No exterior já existem experiências consolidadas. No quase finado Plano Obama para a saúde (Obamacare ou Patient Protection and Affordable Care Act – ACA, 2010), atualmente sob fogo cerrado do governo Trump, com base em conceitos semelhantes, o reembolso do hospital ou o salário do médico passam a refletir seu desempenho baseado na adesão a processos de atendimento, pontuações em pesquisas de satisfação do paciente, ou nos resultados da melhoria da saúde dos pacientes.

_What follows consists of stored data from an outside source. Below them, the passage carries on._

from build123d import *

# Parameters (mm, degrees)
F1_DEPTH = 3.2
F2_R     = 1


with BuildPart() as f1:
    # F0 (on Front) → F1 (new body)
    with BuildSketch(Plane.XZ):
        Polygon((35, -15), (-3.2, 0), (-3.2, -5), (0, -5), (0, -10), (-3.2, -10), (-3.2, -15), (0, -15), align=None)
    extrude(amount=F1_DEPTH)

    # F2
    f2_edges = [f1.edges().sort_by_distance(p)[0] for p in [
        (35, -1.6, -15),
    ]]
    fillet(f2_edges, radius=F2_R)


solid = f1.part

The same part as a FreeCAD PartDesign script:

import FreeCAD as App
import Part
import Sketcher

V = App.Vector


def edges_at(feature, points):
    """Names of the edges that pass closest to the given points."""
    edges = feature.Shape.Edges
    near = lambda p: min(range(len(edges)), key=lambda i: edges[i].distToShape(Part.Vertex(*p))[0])
    return sorted({f"Edge{near(p) + 1}" for p in points})


def add_polygon(sketch, points):
    """Adds a closed chain of lines whose ends are joined by coincident constraints."""
    first, n = sketch.GeometryCount, len(points)
    for a, b in zip(points, points[1:] + points[:1]):
        sketch.addGeometry(Part.LineSegment(App.Vector(*a, 0), App.Vector(*b, 0)), False)
    for i in range(n):
        sketch.addConstraint(Sketcher.Constraint("Coincident", first + i, 2, first + (i + 1) % n, 1))

doc = App.newDocument("Part")
body = doc.addObject("PartDesign::Body", "Body")

# Sketch on XZ plane
sketch1 = doc.addObject("Sketcher::SketchObject", "Sketch")
body.addObject(sketch1)
sketch1.AttachmentSupport = (doc.XZ_Plane, [""])
sketch1.MapMode = "FlatFace"
add_polygon(sketch1, [(35, -15), (-3.2, 0), (-3.2, -5), (0, -5), (0, -10), (-3.2, -10), (-3.2, -15)])  # lines 0-6
sketch1.addConstraint(Sketcher.Constraint("Vertical", 1))
sketch1.addConstraint(Sketcher.Constraint("Horizontal", 2))
sketch1.addConstraint(Sketcher.Constraint("Vertical", 3))
sketch1.addConstraint(Sketcher.Constraint("Horizontal", 4))
sketch1.addConstraint(Sketcher.Constraint("Vertical", 5))
sketch1.addConstraint(Sketcher.Constraint("Horizontal", 6))
sketch1.addConstraint(Sketcher.Constraint("PointOnObject", 0, 2, -1))
sketch1.addConstraint(Sketcher.Constraint("PointOnObject", 2, 2, -2))
sketch1.addConstraint(Sketcher.Constraint("Vertical", 1, 2, 4, 2))
sketch1.addConstraint(Sketcher.Constraint("Equal", 1, 3))
sketch1.addConstraint(Sketcher.Constraint("Equal", 3, 5))
sketch1.addConstraint(Sketcher.Constraint("DistanceY", 1, 2, 1, 1, 5.0))
sketch1.addConstraint(Sketcher.Constraint("DistanceX", 2, 1, 2, 2, 3.2))
sketch1.addConstraint(Sketcher.Constraint("DistanceX", 6, 1, 6, 2, 38.2))
pad1 = doc.addObject("PartDesign::Pad", "Pad")
body.addObject(pad1)
pad1.Profile = sketch1
pad1.Length = 3.2
doc.recompute()

fillet = doc.addObject("PartDesign::Fillet", "Fillet")
body.addObject(fillet)
fillet.Base = (pad1, edges_at(pad1, [(35, -1.6, -15)]))
fillet.Radius = 1

doc.recompute()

Assim, resultados são medidos através de 12 indicadores de processos clínicos, que refletem adesão aos protocolos de tratamento, bem como aos resultados dos inquéritos de satisfação do paciente e há indicativos de que isso vem funcionando bem.

E para o futuro, o que se espera dessa “saúde baseada em valor”? Os especialistas admitem que passar do sistema atual de taxação de serviços e procedimentos para valor levará tempo, com uma transição que parece ser mais difícil do que o esperado. Há de fato um cenário de saúde continua em evolução, no qual os prestadores devem aumentar a adoção de modelos baseados em valor, já que podem vislumbrar vantagens financeiras de curto prazo antes do declínio dos custos a longo prazo. No entanto, a transição de serviço para valor mostra ser o melhor método para reduzir os custos de saúde, aumentando o cuidado de qualidade e ajudando as pessoas a levar vidas mais saudáveis.

Resta discutir aqueles aspectos simbólicos, referidos acima, os tais valores, assim no plural. Quando é que as instituições públicas e privadas vão se importar, de fato e com consequências objetivas, com aspectos como ética; comprometimento; competência; solidariedade; trabalho em equipe; humildade; humanização?

A questão de tratar bem os pacientes, por exemplo, é um de um valor verdadeiro e legítimo. Depende de muitos fatores, entre os quais está a satisfação dos usuários, mas não apenas ela. Assim, em termos de compromissos individuais é necessário ser acolhedor e humano com os usuários, ser produtivo, ter assiduidade, se relacionar bem em equipe, atender as normas e protocolos dos serviços. Isso normalmente é tratado pelas corporações de forma superficial, para não dizer evasiva, ao culparem a falta de “condições materiais” para trabalharem e incriminarem os “governos” pelos males da saúde (quaisquer governos, aliás).

Nas equipes, além da somatória disso tudo, é preciso programar, ter compromisso e promover melhorias reais na saúde da população atendida, isto é, trazer resultados concretos na saúde da mesma, mediante indicadores a serem acompanhados devidamente, sem manobras escusas corporativas. Isso tudo vai muito além da emissão de portarias burocráticas, nascidas para serem descumpridas e esquecidas.

E é preciso também pensar em investimento educacional, em responsabilização de fato e de direito, em incremento na participação de usuários, em exercício real do poder e da autoridade por parte de quem comanda, mediante parcerias sociais diversificadas, por exemplo, com sindicatos, organizações sociais, Ministério Público, Defensoria, ONGs de Defesa da Cidadania, entre outros.

Ah, sim… é imprescindível a existência de uma sociedade civil organizada, consciente e que reivindique de fato seus direitos essenciais – e que use seu direito de votar de forma mais consciente.